Extending the Turing Test

The classic Turing Test scenario is a text-only chatbot which must, in free conversation, be convincing enough for a human to think it is speaking with another human. A piece of software named Eugene Goostman sort-of passed this test in 2014, convincing a third of judges it was a 13-year-old Ukrainian boy.

There are many possible modes in which a computer can act convincingly human. It is easier to make a convincing simulacrum of a 13-year-old non-native English speaker who is confined to text messages than to make a convincing college professor, for example. Thus the former has a lower Turing Point than the latter.

Playing with the constraints of the medium will also affect the Turing Point threshold. The Turing Point for a flesh-covered robot is incredibly difficult to surpass, since so many little details (movement, design, voice quality, etc.) may place it into the Uncanny Valley. A piece of software posing as a Twitter user, however, would have a significantly easier time convincing fellow users it is human.

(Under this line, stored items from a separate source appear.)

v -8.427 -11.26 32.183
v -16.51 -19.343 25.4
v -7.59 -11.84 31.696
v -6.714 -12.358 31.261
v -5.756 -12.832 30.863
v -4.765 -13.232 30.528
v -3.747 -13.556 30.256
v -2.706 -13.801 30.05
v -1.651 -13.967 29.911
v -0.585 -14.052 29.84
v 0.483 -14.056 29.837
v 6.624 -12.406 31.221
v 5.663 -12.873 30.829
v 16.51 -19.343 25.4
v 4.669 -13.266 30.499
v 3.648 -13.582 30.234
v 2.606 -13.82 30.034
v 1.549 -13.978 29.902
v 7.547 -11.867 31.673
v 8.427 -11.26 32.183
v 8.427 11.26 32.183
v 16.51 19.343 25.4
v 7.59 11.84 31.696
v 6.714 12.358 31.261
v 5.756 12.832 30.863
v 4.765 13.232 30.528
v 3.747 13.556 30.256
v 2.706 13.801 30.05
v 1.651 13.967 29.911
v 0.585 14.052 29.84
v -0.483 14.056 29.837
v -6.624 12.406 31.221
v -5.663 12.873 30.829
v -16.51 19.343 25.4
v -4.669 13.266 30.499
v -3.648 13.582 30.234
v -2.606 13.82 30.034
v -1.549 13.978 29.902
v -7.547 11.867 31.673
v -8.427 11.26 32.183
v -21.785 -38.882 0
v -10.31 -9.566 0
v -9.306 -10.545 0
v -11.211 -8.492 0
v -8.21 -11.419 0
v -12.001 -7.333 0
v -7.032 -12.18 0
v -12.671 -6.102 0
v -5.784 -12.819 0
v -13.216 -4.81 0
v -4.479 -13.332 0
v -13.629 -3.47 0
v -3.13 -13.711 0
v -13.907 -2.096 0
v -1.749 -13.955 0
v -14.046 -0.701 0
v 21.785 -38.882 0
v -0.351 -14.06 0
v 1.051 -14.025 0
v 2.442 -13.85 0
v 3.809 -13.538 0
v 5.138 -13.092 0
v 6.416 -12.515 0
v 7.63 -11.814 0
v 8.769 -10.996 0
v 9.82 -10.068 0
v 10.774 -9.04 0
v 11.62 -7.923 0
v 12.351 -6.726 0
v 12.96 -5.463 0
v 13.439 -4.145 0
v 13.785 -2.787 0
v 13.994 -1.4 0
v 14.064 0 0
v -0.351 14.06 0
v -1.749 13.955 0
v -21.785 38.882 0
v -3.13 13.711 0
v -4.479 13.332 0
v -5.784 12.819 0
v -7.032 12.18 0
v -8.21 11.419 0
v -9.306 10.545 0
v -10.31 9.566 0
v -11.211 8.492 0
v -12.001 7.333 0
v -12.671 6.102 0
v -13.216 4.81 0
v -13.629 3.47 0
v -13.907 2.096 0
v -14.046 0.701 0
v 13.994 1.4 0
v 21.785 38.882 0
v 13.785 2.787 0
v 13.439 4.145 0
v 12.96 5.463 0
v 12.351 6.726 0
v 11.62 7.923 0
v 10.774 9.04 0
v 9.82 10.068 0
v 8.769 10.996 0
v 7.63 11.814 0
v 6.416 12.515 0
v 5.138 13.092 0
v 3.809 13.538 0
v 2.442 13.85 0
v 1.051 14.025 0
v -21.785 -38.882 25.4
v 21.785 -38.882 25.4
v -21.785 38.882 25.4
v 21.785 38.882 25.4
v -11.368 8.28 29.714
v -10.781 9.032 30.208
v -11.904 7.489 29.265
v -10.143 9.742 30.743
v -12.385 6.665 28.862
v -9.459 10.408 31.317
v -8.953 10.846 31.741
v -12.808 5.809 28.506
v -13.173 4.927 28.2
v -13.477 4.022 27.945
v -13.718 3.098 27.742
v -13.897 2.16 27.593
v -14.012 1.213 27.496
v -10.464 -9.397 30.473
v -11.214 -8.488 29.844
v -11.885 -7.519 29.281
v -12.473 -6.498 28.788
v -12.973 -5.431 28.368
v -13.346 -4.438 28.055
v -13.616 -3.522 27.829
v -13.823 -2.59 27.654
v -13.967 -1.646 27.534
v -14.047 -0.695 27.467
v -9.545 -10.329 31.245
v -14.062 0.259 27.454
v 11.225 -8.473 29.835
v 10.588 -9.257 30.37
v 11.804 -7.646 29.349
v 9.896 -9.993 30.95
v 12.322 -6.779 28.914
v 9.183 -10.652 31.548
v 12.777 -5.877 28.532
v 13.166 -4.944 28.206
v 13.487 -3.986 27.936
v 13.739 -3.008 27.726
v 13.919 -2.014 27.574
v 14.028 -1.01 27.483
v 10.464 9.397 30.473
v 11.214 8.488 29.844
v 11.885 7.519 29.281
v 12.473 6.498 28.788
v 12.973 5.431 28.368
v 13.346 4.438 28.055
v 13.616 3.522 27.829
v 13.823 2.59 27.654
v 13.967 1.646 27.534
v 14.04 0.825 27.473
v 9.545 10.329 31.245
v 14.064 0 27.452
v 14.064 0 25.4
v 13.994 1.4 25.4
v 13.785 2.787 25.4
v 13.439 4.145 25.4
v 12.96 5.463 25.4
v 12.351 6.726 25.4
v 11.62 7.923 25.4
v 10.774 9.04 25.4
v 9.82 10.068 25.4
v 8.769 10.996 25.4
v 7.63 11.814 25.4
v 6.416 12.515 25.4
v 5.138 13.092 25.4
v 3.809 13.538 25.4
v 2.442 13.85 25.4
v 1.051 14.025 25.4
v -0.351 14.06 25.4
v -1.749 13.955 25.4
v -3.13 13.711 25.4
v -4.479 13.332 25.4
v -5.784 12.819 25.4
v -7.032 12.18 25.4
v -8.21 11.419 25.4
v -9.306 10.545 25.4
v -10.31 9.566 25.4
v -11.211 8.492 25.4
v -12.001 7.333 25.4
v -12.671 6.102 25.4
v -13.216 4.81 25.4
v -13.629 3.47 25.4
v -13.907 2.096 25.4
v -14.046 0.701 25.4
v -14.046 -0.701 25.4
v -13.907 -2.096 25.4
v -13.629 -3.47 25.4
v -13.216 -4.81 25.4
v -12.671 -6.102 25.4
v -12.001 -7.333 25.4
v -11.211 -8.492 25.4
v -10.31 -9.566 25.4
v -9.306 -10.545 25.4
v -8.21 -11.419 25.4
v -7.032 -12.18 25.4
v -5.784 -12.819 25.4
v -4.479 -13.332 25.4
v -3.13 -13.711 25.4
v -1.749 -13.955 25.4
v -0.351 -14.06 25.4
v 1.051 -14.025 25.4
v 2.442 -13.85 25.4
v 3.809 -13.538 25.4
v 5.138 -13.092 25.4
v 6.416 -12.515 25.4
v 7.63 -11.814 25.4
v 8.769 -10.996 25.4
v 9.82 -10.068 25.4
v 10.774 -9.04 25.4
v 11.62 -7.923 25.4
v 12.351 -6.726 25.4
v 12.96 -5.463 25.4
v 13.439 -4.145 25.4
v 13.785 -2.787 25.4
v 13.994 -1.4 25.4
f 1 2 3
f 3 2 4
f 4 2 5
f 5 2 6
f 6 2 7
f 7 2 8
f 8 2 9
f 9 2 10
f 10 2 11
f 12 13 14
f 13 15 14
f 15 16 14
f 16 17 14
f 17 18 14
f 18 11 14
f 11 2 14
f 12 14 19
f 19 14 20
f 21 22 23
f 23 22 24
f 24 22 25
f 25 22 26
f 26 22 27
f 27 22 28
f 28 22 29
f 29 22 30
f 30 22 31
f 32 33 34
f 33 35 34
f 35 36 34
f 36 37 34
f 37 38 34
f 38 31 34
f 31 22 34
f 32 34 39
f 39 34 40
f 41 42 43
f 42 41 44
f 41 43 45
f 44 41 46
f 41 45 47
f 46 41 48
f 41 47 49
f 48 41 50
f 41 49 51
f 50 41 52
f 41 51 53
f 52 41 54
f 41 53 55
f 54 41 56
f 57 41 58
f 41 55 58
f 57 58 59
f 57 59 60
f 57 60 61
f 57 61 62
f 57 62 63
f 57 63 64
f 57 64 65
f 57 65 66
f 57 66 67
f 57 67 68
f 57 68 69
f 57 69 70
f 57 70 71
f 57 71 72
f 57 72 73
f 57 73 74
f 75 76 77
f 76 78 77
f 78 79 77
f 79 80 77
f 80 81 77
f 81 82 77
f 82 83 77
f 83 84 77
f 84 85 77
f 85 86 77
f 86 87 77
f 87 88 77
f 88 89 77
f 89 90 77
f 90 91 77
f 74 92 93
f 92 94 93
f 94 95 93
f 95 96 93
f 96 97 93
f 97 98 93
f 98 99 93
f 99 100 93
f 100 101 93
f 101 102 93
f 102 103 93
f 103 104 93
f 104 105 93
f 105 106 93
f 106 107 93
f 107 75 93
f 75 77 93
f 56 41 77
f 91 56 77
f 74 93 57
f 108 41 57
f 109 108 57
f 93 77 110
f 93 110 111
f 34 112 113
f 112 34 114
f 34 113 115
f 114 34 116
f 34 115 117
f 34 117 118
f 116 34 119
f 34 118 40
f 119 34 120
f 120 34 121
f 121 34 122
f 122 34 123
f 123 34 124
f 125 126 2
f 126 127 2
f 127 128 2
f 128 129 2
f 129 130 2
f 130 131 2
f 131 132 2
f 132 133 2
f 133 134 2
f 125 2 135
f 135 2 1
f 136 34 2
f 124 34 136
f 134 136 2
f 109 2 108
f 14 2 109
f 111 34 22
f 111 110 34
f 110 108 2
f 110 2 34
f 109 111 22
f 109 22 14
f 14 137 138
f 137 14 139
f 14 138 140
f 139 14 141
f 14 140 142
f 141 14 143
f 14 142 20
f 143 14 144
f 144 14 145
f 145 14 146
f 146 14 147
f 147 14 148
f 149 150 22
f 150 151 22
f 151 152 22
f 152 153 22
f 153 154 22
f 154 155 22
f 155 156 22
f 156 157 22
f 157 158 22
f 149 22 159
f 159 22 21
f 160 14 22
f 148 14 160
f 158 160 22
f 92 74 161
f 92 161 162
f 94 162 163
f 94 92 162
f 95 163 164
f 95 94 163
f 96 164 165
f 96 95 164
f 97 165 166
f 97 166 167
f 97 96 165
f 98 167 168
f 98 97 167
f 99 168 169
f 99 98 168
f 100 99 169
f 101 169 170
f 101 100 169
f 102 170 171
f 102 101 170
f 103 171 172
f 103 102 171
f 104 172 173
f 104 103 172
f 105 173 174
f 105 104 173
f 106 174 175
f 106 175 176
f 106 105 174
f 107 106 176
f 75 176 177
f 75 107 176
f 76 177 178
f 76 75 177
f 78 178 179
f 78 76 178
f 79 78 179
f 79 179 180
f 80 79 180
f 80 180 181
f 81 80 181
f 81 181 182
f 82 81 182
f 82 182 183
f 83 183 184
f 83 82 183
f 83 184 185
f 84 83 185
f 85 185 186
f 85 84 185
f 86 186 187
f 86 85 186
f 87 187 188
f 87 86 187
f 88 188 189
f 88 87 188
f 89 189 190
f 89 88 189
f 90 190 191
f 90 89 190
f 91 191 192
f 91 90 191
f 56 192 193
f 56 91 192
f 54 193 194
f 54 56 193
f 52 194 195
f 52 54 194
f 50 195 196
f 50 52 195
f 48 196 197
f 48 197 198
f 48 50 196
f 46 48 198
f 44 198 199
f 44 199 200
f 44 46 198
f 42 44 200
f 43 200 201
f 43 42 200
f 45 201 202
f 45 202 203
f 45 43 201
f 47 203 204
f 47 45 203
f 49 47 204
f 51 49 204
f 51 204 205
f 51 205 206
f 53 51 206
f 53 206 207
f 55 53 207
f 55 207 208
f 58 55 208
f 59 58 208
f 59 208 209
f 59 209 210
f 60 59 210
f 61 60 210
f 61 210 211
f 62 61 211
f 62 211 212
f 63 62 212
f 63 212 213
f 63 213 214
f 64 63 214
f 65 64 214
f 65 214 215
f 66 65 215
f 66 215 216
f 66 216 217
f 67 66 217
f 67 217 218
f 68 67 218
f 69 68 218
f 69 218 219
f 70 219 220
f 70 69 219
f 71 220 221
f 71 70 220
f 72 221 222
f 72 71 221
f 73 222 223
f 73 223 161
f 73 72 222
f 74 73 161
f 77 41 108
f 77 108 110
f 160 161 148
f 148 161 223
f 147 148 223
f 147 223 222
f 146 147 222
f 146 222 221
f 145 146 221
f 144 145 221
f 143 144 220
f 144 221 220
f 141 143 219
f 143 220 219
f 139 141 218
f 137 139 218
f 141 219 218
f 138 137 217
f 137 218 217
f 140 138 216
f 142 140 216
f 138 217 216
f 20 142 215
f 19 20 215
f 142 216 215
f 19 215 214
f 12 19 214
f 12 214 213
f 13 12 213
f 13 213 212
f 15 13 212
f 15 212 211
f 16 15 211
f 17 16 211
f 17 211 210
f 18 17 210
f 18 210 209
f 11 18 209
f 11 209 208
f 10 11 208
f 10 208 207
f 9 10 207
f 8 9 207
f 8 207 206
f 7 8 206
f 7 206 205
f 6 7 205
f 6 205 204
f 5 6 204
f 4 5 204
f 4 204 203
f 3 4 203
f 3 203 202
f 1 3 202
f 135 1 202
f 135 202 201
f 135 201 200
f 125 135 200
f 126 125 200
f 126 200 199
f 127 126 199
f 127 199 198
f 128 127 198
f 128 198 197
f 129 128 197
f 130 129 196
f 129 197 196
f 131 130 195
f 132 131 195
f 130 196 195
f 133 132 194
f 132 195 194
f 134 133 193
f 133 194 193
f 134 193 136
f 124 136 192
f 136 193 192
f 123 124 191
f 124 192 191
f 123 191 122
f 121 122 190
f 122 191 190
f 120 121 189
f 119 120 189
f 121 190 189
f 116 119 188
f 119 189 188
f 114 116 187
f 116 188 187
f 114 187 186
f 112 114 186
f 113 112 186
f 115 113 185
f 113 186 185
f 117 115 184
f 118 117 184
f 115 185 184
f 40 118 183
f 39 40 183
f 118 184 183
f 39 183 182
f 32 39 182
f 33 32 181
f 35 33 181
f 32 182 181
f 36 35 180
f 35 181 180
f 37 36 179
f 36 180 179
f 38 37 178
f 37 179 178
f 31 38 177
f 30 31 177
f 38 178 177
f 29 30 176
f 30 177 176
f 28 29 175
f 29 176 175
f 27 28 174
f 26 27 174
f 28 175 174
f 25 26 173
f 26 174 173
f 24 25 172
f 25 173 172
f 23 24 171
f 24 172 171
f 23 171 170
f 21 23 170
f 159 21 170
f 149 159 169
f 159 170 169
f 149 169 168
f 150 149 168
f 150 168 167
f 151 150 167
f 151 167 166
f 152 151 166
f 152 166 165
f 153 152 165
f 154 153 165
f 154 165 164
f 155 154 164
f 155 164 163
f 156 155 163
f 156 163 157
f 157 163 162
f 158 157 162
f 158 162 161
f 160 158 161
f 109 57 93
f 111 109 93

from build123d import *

# Parameters (mm, degrees)
F0_W     = 43.5707718134
F0_H     = 77.7630805969
F0_R     = 14.0639610487
F1_DEPTH = 25.4
F2_W     = 33.0200046301
F2_H     = 38.6861525476
F3_DEPTH = 25.4
F3_TAPER = 50
F4_R     = 14.0639610487
F5_DEPTH = 25.4


with BuildPart() as f1:
    # F0 (on Top) → F1 (new body)
    with BuildSketch(Plane.XY):
        Rectangle(F0_W, F0_H)
        Circle(F0_R, mode=Mode.SUBTRACT)
    extrude(amount=F1_DEPTH)

    # F2 (on face) → F3 (join)
    with BuildSketch(Plane.XY.offset(25.4)):
        Rectangle(F2_W, F2_H)
    extrude(amount=F3_DEPTH, taper=F3_TAPER)

    # F4 (on face) → F5 (cut)
    with BuildSketch(Plane(origin=(0, 0, 25.4), x_dir=(1, 0, 0), z_dir=(0, 0, -1))):
        Circle(F4_R)
    extrude(amount=-F5_DEPTH, mode=Mode.SUBTRACT)


solid = f1.part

The Turing Point, then, is flexible to the medium in which the simulacrum intends to deceive, and the sort of human it simulates.

From Type to Token

Convincing the world a simulacrum is any old human is different than convincing the world it is some specific human. This is the token/type distinction; convincingly simulating a specific person (token) is much more difficult than convincingly simulating any old person (type).

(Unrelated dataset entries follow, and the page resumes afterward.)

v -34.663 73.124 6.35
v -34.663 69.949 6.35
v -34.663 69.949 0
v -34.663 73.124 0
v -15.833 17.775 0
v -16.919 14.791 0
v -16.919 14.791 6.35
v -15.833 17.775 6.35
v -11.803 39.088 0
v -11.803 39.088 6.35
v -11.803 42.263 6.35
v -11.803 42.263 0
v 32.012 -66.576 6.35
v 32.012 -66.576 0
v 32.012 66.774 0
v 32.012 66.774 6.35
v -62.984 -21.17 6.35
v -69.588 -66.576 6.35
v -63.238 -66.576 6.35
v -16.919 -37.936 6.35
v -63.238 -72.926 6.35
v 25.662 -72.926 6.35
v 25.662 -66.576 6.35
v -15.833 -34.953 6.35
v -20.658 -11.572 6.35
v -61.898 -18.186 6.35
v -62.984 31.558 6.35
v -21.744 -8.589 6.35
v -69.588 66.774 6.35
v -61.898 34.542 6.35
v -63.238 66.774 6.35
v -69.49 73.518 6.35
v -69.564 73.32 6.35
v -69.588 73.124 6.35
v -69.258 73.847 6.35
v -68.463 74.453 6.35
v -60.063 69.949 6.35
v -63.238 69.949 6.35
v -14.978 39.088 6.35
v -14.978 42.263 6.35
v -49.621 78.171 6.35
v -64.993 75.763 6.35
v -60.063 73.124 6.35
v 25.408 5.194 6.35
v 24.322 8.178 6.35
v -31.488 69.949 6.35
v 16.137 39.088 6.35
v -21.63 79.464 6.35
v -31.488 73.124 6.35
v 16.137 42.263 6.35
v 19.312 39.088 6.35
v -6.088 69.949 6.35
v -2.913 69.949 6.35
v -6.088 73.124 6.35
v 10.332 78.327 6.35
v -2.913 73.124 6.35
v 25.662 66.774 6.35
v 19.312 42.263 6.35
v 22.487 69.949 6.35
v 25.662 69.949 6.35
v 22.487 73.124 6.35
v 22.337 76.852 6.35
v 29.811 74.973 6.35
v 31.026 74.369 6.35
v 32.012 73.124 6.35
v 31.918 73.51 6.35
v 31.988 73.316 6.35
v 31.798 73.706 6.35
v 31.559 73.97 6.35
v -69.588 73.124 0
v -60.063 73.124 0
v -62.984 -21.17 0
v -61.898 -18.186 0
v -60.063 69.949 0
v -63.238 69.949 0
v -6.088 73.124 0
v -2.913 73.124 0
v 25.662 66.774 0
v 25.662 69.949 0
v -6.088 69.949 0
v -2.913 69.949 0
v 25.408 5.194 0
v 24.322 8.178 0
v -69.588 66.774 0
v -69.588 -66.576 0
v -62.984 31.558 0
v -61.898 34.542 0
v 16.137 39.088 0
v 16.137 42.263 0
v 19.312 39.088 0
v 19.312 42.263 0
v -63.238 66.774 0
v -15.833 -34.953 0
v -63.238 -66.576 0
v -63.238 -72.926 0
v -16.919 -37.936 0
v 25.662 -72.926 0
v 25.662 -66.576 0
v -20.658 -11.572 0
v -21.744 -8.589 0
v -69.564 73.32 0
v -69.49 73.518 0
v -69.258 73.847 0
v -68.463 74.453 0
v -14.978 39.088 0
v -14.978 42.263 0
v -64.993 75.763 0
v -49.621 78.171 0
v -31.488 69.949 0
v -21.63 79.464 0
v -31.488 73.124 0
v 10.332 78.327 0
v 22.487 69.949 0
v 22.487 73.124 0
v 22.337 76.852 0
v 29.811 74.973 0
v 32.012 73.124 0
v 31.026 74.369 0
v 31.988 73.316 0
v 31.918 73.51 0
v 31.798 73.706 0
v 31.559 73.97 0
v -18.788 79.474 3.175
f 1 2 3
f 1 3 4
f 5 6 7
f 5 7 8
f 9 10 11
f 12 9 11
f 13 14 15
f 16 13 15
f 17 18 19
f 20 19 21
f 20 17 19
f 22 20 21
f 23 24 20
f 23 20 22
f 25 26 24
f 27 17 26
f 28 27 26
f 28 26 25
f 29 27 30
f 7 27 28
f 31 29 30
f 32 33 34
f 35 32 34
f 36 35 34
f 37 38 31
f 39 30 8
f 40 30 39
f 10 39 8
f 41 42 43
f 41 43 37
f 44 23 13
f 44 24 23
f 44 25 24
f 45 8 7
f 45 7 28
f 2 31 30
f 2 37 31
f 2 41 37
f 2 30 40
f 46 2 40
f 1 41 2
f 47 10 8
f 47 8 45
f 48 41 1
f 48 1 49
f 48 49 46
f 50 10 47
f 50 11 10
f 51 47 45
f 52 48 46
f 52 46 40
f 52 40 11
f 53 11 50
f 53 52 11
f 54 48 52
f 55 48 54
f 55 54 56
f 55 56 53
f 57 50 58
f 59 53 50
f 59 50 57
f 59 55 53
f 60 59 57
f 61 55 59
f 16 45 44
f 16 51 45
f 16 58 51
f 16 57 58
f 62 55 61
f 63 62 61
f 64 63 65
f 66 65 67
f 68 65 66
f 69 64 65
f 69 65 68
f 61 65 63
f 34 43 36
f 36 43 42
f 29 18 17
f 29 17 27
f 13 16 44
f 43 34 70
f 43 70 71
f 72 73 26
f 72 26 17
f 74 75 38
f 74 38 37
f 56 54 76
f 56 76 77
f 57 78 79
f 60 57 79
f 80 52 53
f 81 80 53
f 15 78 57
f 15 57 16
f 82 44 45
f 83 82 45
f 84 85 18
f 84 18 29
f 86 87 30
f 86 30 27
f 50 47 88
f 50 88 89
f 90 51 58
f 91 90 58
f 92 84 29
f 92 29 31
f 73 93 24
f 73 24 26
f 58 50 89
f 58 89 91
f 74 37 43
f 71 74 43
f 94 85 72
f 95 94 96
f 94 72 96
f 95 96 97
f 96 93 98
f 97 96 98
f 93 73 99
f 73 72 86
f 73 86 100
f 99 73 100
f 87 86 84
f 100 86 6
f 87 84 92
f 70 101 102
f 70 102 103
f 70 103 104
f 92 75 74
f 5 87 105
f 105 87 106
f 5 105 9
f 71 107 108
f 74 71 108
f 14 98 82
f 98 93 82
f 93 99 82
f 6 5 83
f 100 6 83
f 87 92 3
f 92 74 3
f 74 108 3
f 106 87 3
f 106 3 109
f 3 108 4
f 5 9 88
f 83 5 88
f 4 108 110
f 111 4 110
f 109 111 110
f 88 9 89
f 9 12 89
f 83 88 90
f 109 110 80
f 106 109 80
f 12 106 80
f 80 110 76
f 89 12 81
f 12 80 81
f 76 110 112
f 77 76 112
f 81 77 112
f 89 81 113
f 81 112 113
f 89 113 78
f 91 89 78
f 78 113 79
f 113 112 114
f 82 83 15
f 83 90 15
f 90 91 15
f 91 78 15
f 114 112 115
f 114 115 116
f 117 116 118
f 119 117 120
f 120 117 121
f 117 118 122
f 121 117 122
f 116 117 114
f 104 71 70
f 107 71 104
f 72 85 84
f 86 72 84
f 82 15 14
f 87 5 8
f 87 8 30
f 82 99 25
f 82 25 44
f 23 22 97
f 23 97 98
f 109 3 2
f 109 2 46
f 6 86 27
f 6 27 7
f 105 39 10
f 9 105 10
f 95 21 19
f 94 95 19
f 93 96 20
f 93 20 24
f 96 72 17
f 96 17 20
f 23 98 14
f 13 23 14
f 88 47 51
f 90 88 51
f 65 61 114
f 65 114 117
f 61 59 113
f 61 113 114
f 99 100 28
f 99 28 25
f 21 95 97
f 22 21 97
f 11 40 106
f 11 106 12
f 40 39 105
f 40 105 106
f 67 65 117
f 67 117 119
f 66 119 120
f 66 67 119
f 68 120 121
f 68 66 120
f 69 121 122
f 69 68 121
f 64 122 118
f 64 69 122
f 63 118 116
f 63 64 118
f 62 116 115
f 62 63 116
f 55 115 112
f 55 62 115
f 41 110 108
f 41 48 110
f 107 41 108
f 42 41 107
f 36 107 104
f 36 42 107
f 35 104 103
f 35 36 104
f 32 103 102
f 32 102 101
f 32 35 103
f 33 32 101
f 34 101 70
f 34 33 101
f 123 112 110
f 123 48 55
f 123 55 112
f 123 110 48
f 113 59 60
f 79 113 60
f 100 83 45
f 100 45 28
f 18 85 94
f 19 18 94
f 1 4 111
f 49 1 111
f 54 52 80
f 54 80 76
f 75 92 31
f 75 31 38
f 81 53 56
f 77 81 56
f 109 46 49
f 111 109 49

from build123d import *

# Parameters (mm, degrees)
F0_W      = 101.6
F0_H      = 146.05
F1_DEPTH  = 6.35
F3_DEPTH  = 6.35
F4_W      = 6.35
F4_H      = 6.35
F5_DEPTH  = 6.3510001
F6_W      = 3.175
F6_H      = 3.175
F7_DEPTH  = 6.3510001
F9_DEPTH  = 18.288
F11_DEPTH = 25.654
F13_DEPTH = 37.846


with BuildPart() as f1:
    # F0 (on Top) → F1 (new body)
    with BuildSketch(Plane.XY):
        with Locations((-18.788338281, 0.0990834087)):
            Rectangle(F0_W, F0_H)
    extrude(amount=F1_DEPTH)

    # F2 (on face) → F3 (join)
    with BuildSketch(Plane.XY.offset(6.35)):
        with BuildLine():
            add(Edge.make_bspline(
                [(-18.788338281, 79.4740834087), (-69.588338281, 79.4740834087), (-69.588338281, 73.1240834087)],
                knots=[4.7123889804, 4.7123889804, 4.7123889804, 6.2831853072, 6.2831853072, 6.2831853072], degree=2, weights=[1, 0.7071067812, 1]))
            Line((-69.588338281, 73.1240834087), (-18.788338281, 73.1240834087))
            Line((-18.788338281, 73.1240834087), (-18.788338281, 79.4740834087))
        make_face()
        with BuildLine():
            Line((-18.788338281, 79.4740834087), (-18.788338281, 73.1240834087))
            Line((-18.788338281, 73.1240834087), (32.011661719, 73.1240834087))
            add(Edge.make_bspline(
                [(32.011661719, 73.1240834087), (32.011661719, 79.4740834087), (-18.788338281, 79.4740834087)],
                knots=[3.1415926536, 3.1415926536, 3.1415926536, 4.7123889804, 4.7123889804, 4.7123889804], degree=2, weights=[1, 0.7071067812, 1]))
        make_face()
    extrude(amount=-F3_DEPTH)

    # F4 (on face) → F5 (cut, through all)
    with BuildSketch(Plane.XY.offset(6.35)):
        with Locations((-66.413338281, 69.9490834087)):
            Rectangle(F4_W, F4_H)
        with Locations((28.836661719, 69.9490834087)):
            Rectangle(F4_W, F4_H)
        with Locations((28.836661719, -69.7509165913)):
            Rectangle(F4_W, F4_H)
        with Locations((-66.413338281, -69.7509165913)):
            Rectangle(F4_W, F4_H)
    extrude(amount=-F5_DEPTH, mode=Mode.SUBTRACT)

    # F6 (on face) → F7 (cut, through all)
    with BuildSketch(Plane.XY.offset(6.35)):
        with Locations((-61.650838281, 71.5365834087)):
            Rectangle(F6_W, F6_H)
        with Locations((-33.075838281, 71.5365834087)):
            Rectangle(F6_W, F6_H)
        with Locations((-4.500838281, 71.5365834087)):
            Rectangle(F6_W, F6_H)
        with Locations((24.074161719, 71.5365834087)):
            Rectangle(F6_W, F6_H)
        with Locations((17.724161719, 40.6755834087)):
            Rectangle(F6_W, F6_H)
        with Locations((-13.390838281, 40.6755834087)):
            Rectangle(F6_W, F6_H)
    extrude(amount=-F7_DEPTH, mode=Mode.SUBTRACT)

    # F8 (on Top) → F9 (cut)
    with BuildSketch(Plane.XY):
        Polygon((-61.8984243259, 34.5415057816), (-62.984338281, 31.5579817106), (-16.9187266248, 14.7914702445), (-15.8328126697, 17.7749943155), align=None)
    extrude(amount=F9_DEPTH, mode=Mode.SUBTRACT)

    # F10 (on Top) → F11 (cut)
    with BuildSketch(Plane.XY):
        Polygon((24.321747764, 8.1776830323), (-21.7438638922, -8.5888284338), (-20.6579499371, -11.5723525048), (25.407661719, 5.1941589613), align=None)
    extrude(amount=F11_DEPTH, mode=Mode.SUBTRACT)

    # F12 (on Top) → F13 (cut)
    with BuildSketch(Plane.XY):
        Polygon((-15.8328126697, -34.9526511831), (-61.8984243259, -18.186139717), (-62.984338281, -21.169663788), (-16.9187266248, -37.9361752541), align=None)
    extrude(amount=F13_DEPTH, mode=Mode.SUBTRACT)


solid = f1.part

Simulations of specific people are all over the place, even if they don’t intend to deceive. Several Twitter-bots exist as simulacra of Donald Trump, reading his tweets and creating new ones in a similar style. Perhaps imitating Poe’s Law, certain people’s styles, or certain types of media (e.g. Twitter), may provide such a low Turing Point that it is genuinely difficult to distinguish humans from machines.

Put differently, the way some Turing Tests may be designed, humans could easily lose.

It’ll be useful to make up and define two terms here. I imagine the concepts already exist, but couldn’t find them, so please comment if they do so I can use less stupid words:

  • type-bot is a machine designed to be represent something at the type-level. For example, a bot that can be mistaken for some random human, but not some specific human.
  • token-bot is a machine designed to represent something at the token-level. For example, a bot that can be mistaken for Donald Trump.

Replaying History

Using traces to recreate historical figures (or at least things they could have done) as token-bots is not uncommon. The most recent high-profile example of this is a project to create a new Rembrandt painting in the original style. Shawn Graham and I wrote an article on using simulations to create new plausible histories, among many other examples old and new.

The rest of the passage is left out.